I feel for you, I don't have the best advice to give you but, talk to her. Tell her how you feel without holding back. What I would really like to know is, why? Why would she do that to you? That's something only you can find out. So ask her. Good luck to you mate

hello sir
we are in the same boat,dont know what to do just lost interest in my life seeing some one is important than me ,just for my kid i'm just keeping quite ,but i don't thing this thing end up here,it will continue,you cant express feeling to any one it will back fire you.
just get a break get out of city with your for your kids.we cant buy love ,

best of luck

Three things should never slip from your custody.Your hard earned money,your esteem and last but not the least your wife.Because these things once lost,cannot be easily regained or compensated and even if regained or compensated money and esteem can be considered but what about a wife who has lost her trust or maybe is devoid of her chastity?
The best answer is your conscience.
Have a free talk with her and do what your conscience says

I feel for you lost143. I have a story almost exactly the same. It makes your heart hurt so bad. I haven't been with my boyfriend as long as what you have been with you wife but I discovered he was cheating on me emotionally too with an ex girlfriend of his. I was blind sided because I thought our relationship was amazing. It hurts, but if you and most importantly your wife feel that you are both worth the fight for then you need to fight for it. People are not perfect and for our own sanity we need to find it in our hearts to forgive. We will NEVER forget, but we need to find a way to move on! I am so sorry this happened to you. I will never understand why bad things happen to good people!
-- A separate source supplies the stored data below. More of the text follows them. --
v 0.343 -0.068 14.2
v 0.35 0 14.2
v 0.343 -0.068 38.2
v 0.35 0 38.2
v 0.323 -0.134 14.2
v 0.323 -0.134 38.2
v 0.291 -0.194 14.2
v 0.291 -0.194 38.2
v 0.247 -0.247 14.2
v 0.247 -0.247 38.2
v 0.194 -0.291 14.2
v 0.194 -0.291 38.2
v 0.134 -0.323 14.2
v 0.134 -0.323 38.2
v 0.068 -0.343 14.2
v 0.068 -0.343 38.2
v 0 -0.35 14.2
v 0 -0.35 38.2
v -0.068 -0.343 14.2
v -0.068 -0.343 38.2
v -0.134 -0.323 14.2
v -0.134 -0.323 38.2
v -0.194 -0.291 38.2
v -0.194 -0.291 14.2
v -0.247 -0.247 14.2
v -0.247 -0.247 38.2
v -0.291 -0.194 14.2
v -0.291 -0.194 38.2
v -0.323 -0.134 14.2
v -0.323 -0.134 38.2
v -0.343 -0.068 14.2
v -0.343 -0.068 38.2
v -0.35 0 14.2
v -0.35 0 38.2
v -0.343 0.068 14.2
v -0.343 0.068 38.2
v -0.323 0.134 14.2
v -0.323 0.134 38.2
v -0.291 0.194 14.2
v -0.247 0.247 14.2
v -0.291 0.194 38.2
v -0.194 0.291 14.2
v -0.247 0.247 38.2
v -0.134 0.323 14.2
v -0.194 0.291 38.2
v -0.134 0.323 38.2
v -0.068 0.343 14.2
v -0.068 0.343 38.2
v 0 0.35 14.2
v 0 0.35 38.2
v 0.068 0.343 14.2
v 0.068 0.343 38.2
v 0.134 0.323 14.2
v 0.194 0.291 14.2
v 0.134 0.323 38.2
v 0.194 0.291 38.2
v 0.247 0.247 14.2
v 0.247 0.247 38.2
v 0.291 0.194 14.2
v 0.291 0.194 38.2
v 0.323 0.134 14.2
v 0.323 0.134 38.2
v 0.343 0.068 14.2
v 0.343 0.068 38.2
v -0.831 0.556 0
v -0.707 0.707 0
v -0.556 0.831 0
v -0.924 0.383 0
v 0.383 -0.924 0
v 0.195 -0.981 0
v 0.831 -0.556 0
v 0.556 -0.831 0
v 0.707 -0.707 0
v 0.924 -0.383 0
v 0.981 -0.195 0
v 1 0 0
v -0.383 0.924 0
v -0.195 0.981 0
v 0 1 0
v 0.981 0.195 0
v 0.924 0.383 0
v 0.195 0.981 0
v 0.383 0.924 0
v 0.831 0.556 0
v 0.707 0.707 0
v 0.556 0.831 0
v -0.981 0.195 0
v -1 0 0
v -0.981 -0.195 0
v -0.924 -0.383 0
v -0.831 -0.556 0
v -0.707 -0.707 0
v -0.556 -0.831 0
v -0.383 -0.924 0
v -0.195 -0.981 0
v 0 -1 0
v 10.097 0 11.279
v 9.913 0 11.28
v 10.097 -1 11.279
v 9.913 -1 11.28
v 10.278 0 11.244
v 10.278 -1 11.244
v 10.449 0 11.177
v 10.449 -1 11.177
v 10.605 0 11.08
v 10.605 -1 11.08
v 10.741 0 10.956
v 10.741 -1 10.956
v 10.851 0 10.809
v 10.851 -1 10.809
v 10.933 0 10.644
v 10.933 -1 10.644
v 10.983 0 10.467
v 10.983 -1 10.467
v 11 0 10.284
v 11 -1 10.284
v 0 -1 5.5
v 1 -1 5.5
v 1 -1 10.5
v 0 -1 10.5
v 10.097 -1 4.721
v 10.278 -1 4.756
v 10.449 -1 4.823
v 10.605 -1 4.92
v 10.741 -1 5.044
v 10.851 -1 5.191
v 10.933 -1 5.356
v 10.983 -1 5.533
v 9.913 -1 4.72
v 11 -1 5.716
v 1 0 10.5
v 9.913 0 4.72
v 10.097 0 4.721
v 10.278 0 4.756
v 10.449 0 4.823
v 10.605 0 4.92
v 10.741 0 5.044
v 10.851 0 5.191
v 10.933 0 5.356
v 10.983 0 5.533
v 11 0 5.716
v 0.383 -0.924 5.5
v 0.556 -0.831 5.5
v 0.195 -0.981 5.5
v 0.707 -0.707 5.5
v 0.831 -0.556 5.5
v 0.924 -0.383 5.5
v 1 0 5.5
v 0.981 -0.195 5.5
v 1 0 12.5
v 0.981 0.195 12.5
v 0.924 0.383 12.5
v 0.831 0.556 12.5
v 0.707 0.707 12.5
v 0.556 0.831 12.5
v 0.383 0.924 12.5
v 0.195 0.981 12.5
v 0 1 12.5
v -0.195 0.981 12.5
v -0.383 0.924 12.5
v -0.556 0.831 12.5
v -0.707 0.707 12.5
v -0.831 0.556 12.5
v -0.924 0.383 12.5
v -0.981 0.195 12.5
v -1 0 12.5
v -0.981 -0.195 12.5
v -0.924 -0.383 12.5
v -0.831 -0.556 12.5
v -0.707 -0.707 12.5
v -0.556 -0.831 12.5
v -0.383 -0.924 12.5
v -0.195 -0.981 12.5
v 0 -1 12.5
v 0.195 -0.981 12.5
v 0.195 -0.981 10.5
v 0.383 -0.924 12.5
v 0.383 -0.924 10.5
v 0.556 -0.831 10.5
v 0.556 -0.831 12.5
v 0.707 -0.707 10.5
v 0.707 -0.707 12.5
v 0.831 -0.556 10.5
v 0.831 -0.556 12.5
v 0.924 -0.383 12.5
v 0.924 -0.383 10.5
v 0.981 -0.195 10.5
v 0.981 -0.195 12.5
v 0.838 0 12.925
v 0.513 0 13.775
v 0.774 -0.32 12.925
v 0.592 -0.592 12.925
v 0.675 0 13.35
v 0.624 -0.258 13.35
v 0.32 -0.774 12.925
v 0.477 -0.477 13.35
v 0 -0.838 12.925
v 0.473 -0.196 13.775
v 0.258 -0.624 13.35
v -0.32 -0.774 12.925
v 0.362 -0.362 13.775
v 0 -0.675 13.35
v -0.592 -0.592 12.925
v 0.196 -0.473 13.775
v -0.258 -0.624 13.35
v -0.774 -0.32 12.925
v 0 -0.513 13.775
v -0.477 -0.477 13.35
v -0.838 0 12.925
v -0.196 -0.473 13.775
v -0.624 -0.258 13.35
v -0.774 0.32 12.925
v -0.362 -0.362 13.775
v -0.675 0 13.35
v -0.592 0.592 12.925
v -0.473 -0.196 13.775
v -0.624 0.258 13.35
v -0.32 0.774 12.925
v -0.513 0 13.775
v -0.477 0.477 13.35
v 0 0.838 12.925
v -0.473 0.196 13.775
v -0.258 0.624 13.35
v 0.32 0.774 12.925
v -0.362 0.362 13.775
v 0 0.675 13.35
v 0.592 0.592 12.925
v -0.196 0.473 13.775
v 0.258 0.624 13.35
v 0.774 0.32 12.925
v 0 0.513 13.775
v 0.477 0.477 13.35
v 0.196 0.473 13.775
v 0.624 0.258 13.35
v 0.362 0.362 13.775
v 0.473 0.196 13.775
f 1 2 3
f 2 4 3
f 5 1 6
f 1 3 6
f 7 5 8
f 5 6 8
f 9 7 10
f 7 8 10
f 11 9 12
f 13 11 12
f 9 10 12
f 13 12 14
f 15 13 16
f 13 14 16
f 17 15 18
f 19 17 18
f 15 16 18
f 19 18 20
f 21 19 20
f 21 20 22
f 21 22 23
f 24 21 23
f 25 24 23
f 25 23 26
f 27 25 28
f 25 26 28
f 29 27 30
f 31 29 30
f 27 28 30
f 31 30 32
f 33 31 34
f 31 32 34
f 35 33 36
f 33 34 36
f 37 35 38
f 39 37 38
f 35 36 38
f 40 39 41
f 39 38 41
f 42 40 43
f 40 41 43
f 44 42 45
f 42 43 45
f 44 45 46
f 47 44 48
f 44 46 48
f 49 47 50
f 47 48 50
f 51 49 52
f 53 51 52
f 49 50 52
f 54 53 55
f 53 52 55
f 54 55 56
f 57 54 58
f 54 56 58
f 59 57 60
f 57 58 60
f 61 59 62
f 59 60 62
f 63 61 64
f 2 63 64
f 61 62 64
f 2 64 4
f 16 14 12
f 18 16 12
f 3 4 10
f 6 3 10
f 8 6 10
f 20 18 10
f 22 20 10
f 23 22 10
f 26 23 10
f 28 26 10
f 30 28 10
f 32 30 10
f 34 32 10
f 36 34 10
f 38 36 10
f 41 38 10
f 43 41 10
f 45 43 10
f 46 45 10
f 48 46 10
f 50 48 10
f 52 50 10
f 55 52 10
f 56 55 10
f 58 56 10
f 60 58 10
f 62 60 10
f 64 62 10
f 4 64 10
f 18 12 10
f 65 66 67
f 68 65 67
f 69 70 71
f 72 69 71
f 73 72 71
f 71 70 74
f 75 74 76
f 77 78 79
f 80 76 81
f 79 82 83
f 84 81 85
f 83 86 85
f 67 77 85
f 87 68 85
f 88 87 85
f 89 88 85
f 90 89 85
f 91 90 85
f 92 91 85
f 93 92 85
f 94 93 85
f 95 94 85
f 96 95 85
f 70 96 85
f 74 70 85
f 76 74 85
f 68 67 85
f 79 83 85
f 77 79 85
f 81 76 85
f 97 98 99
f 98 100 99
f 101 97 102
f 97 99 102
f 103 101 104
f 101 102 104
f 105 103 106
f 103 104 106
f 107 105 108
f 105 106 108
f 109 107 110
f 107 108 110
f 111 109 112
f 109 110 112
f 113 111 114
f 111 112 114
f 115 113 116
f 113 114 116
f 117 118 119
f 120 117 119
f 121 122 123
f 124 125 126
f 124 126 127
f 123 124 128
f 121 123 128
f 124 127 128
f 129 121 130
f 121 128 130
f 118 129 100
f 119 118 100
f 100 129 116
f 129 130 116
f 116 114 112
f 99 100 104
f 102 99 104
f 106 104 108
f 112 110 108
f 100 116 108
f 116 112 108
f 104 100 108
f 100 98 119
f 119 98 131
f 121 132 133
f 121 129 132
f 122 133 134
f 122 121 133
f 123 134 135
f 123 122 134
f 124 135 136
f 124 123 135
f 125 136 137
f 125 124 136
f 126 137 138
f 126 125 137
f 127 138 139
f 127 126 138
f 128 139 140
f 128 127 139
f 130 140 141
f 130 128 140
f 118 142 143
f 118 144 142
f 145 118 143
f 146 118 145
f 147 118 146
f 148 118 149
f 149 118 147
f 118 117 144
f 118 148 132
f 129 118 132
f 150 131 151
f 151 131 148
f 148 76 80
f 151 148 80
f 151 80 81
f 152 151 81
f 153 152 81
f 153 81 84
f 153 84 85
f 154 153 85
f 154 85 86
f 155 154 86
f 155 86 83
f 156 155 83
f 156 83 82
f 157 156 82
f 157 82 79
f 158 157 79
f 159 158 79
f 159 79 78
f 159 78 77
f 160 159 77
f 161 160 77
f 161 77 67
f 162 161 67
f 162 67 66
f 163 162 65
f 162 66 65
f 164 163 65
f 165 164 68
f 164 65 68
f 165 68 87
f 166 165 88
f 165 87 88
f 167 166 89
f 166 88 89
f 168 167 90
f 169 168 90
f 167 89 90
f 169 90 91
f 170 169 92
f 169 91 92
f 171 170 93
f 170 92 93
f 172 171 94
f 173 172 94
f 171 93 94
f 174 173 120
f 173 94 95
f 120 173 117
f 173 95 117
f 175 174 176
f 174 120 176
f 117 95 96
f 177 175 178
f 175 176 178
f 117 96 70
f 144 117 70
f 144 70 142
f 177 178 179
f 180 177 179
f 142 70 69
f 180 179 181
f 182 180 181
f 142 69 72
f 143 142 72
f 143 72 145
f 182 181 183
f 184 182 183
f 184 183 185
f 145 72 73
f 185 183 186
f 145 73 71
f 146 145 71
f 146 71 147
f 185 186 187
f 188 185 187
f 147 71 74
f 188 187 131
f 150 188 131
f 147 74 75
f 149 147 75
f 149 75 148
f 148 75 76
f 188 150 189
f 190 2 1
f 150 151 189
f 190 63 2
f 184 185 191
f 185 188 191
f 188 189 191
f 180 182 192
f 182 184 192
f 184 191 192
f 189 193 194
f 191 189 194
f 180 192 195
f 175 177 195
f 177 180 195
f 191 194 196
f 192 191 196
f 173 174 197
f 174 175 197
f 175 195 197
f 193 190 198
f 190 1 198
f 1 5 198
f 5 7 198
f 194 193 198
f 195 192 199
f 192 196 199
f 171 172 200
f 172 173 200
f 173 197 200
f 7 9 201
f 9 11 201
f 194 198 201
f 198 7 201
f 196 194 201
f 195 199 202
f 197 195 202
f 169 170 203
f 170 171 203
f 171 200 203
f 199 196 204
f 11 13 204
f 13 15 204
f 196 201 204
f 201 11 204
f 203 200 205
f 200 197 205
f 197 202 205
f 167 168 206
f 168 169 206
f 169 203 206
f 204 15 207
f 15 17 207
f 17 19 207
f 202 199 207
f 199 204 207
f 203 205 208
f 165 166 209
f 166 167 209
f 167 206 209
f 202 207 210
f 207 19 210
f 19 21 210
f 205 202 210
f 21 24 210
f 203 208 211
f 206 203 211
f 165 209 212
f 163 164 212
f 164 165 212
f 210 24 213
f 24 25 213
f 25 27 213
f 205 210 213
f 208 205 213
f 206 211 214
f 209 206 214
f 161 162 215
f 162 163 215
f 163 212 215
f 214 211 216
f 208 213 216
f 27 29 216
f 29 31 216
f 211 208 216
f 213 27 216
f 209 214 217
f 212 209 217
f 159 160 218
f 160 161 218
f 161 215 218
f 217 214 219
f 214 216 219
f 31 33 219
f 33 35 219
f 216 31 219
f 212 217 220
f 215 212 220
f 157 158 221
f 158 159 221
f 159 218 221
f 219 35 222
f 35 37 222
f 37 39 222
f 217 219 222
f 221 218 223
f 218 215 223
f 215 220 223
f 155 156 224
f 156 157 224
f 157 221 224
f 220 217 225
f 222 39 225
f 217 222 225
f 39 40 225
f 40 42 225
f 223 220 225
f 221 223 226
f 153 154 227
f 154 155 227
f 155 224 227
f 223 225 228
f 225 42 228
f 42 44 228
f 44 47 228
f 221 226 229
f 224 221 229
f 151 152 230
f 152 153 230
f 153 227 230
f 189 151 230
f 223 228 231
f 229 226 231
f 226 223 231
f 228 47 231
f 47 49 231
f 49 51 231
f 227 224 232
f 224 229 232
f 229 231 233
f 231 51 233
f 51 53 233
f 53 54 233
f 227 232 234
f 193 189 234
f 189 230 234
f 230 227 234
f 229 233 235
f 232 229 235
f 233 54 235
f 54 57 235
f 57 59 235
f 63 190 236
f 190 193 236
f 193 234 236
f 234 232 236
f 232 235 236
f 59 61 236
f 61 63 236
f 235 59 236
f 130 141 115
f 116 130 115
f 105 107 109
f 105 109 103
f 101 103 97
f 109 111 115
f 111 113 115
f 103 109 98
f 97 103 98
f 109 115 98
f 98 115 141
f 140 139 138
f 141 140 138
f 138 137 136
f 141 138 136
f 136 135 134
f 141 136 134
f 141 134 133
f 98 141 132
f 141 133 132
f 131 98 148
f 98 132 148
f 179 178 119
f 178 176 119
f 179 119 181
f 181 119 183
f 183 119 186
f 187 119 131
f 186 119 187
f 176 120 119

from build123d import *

# Parameters (mm, degrees)
SKETCH_1_R      = 1
EXTRUDE_1_DEPTH = 12.5
EXTRUDE_2_DEPTH = 1
EXTRUDE_3_REACH = 18.039
SKETCH_3_W      = 5
SKETCH_3_H      = 1
FILLET_1_R      = 1


with BuildPart() as part:
    # 草图1 → 凸台-拉伸1 (new body)
    with BuildSketch(Plane.XY):
        Circle(SKETCH_1_R)
    extrude(amount=EXTRUDE_1_DEPTH)

    # 草图3 → 凸台-拉伸3 (add, up to next)
    with BuildSketch(Plane.ZY.offset(-1), mode=Mode.PRIVATE) as extrude_3_sk1:
        with Locations((8, -0.5)):
            Rectangle(SKETCH_3_W, SKETCH_3_H)
    extrude_3_tool1 = extrude(extrude_3_sk1.sketch, amount=EXTRUDE_3_REACH, mode=Mode.PRIVATE) - part.part


with BuildPart() as body_2:
    # 草图2 → 凸台-拉伸2 (new body)
    with BuildSketch(Plane(origin=(0, 0, 0), x_dir=(1, 0, 0), z_dir=(0, 1, 0))):
        Polygon((1, -10.5), (1, -5.5), (11, -4.625113365), (11, -11.374886635), align=None)
    extrude(amount=-EXTRUDE_2_DEPTH)


with BuildPart() as part_1:
    add(part.part)

    add(body_2.part)  # 凸台-拉伸3 merges body 2
    add(extrude_3_tool1.solids().sort_by_distance((1, -0.5, 8))[0])

    # 草图5 → 旋转2 (revolve)
    with BuildSketch(Plane(origin=(0, 0, 0), x_dir=(1, 0, 0), z_dir=(0, 1, 0)), mode=Mode.PRIVATE) as revolve_2_sk:
        Polygon((-1, -12.5), (-0.35, -14.2), (-0.35, -38.2), (0, -38.2), (0, -14.2), (0, -12.5), align=None)
    revolve(revolve_2_sk.sketch.rotate(Axis((0, 0, 38.2), (0, 0, -1)), 180), axis=Axis((0, 0, 38.2), (0, 0, -1)))

    # 圆角1
    fillet_1_edges = [part_1.edges().sort_by_distance(p)[0] for p in [
        (11, -0.5, 11.374886635),
        (11, -0.5, 4.625113365),
    ]]
    fillet(fillet_1_edges, radius=FILLET_1_R)


solid = part_1.part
cheating means only two things.
either she has a strong reason.
or she is a total ****.

I feel your pain, I have been married for 18 years and last year spyed on her and find out that she as being in multiple affair, she want it to break up but I'm in a tuff financial situation because she is the bread maker in the family, I always accommodate her carrier and just doing wat ever job to bring some money home, now I find myself with no carrier and depending on this woman that I merrier for making sure our kids have a decen life. I still spying on her but she got very smart, she is not using the phone anymore and on the computers at home she is not going on Facebook anymore but I guarantee you that she is still ply around, I want to let you know that she will never change, all of them included your wife, we can't see in front of us at this moment, we don't know y she will prefer someone else, Because we love this woman that give us our kids, reality is that we live in a different world now, I wish I have a financial straight, for this to work you need to have her falling in love with you and for that to happen you need to ignore her, these are woman that never mature and they think that the darting is more exiting that the marriage, marriage brings to many responsibility and cheating is fun because is quick and exiting for them, I can stay here and talk for hours because the feeling that you have is also the same that I have, if you fanatically can, move now wile your kids still small, move close near by so that you can have a relationship with your kids, don't trust her anymore she will do it again and again because she is not in love with you anymore, if she was she will not have done that, my experience tell me that is not the only time, good luck, welcome to my world, if you can run from her but not from your kids

Truthfully I still feel so lost, dazed. I'm a walking Zombie, don't know what is real anymore. I've lost faith in love or the existince of true love. Just not real to me anymore. I truly believe my wife is the most beautiful woman in the world, she is flipping hot, but the desires I had are no longer there. I'm trying, but how do you get over your wife telling another man she loved him and vice versa. I don't know what to do anymore, dazed and confused.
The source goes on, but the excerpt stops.